- What the task asks -
Among the entries below, one stretch runs from the line that contains "(24.195176, -41.920602), align=None)" through the line that contains "The same part". Repeat that stretch exactly, ends included, and only that.

==============================

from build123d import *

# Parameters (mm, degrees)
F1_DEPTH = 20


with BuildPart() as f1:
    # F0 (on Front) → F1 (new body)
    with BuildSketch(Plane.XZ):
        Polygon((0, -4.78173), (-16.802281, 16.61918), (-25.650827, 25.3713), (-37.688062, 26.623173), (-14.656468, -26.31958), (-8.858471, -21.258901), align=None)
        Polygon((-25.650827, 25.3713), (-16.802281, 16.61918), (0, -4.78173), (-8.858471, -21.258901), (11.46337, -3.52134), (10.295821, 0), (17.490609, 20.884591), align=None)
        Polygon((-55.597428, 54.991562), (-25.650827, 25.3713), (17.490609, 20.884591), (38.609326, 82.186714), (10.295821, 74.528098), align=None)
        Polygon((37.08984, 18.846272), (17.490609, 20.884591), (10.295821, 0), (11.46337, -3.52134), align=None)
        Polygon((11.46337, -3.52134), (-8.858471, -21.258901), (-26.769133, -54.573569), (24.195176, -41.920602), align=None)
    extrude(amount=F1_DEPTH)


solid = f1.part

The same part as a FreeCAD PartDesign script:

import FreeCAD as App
import Part
import Sketcher
from FreeCAD import Vector
Q = App.Units.Quantity


def add_polygon(sketch, points):
    """Adds a closed chain of lines whose ends are joined by coincident constraints."""
    first, n = sketch.GeometryCount, len(points)
    for a, b in zip(points, points[1:] + points[:1]):
        sketch.addGeometry(Part.LineSegment(App.Vector(*a, 0), App.Vector(*b, 0)), False)
    for i in range(n):
        sketch.addConstraint(Sketcher.Constraint("Coincident", first + i, 2, first + (i + 1) % n, 1))

doc = App.newDocument("Part")
body = doc.addObject("PartDesign::Body", "Body")

# Sketch on XZ plane
sketch1 = body.newObject("Sketcher::SketchObject", "Sketch")
sketch1.AttachmentSupport = (doc.getObject("XZ_Plane"), [""])
sketch1.MapMode = "FlatFace"
add_polygon(sketch1, [(-25.650827, 25.3713), (-37.688062, 26.623173), (-14.656468, -26.31958), (-8.858471, -21.258901), (-26.769133, -54.573569), (24.195176, -41.920602), (11.46337, -3.52134), (37.08984, 18.846272), (17.490609, 20.884591), (38.609326, 82.186714), (10.295821, 74.528098), (-55.597428, 54.991562)])  # lines 0-11
sketch1.addConstraint([
    Sketcher.Constraint("DistanceY", 2, 2, -1, 1, Q("21.258901 mm")),
    Sketcher.Constraint("DistanceY", -1, 1, 9, 2, Q("74.528098 mm")),
    Sketcher.Constraint("DistanceY", -1, 1, 11, 2, Q("25.3713 mm")),
    Sketcher.Constraint("DistanceY", 4, 2, 2, 2, Q("20.661701 mm")),
    Sketcher.Constraint("DistanceY", 6, 2, 0, 2, Q("7.776901 mm")),
    Sketcher.Constraint("DistanceX", 10, 2, 5, 2, Q("67.060798 mm")),
    Sketcher.Constraint("DistanceX", 10, 2, 11, 2, Q("29.946601 mm")),
    Sketcher.Constraint("Distance", 5, Q("40.45494 mm")),
    Sketcher.Constraint("Distance", 7, Q("19.704938 mm")),
    Sketcher.Constraint("Distance", 8, Q("64.837879 mm")),
    Sketcher.Constraint("DistanceY", 1, 2, -1, 1, Q("26.31958 mm")),
    Sketcher.Constraint("DistanceX", 2, 2, -1, 1, Q("8.858471 mm")),
    Sketcher.Constraint("DistanceY", 3, 2, -1, 1, Q("54.573569 mm")),
    Sketcher.Constraint("DistanceX", -1, 1, 5, 2, Q("11.46337 mm")),
    Sketcher.Constraint("DistanceY", 5, 2, -1, 1, Q("3.52134 mm")),
    Sketcher.Constraint("DistanceX", -1, 1, 6, 2, Q("37.08984 mm")),
    Sketcher.Constraint("DistanceY", -1, 1, 6, 2, Q("18.846272 mm")),
    Sketcher.Constraint("DistanceX", -1, 1, 7, 2, Q("17.490609 mm")),
    Sketcher.Constraint("DistanceX", -1, 1, 9, 2, Q("10.295821 mm")),
    Sketcher.Constraint("DistanceX", 0, 2, 2, 2, Q("28.829591 mm")),
    Sketcher.Constraint("DistanceX", 0, 2, 3, 2, Q("10.918929 mm")),
    Sketcher.Constraint("DistanceX", 1, 2, 5, 2, Q("26.119838 mm")),
    Sketcher.Constraint("DistanceY", 6, 2, 8, 2, Q("63.340442 mm")),
    Sketcher.Constraint("DistanceY", 0, 2, 10, 2, Q("28.368389 mm")),
])
pad1 = body.newObject("PartDesign::Pad", "Pad")
pad1.Profile = sketch1
pad1.Length = 20

doc.recompute()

==============================

- Task answer -
        Polygon((11.46337, -3.52134), (-8.858471, -21.258901), (-26.769133, -54.573569), (24.195176, -41.920602), align=None)
    extrude(amount=F1_DEPTH)


solid = f1.part

The same part as a FreeCAD PartDesign script:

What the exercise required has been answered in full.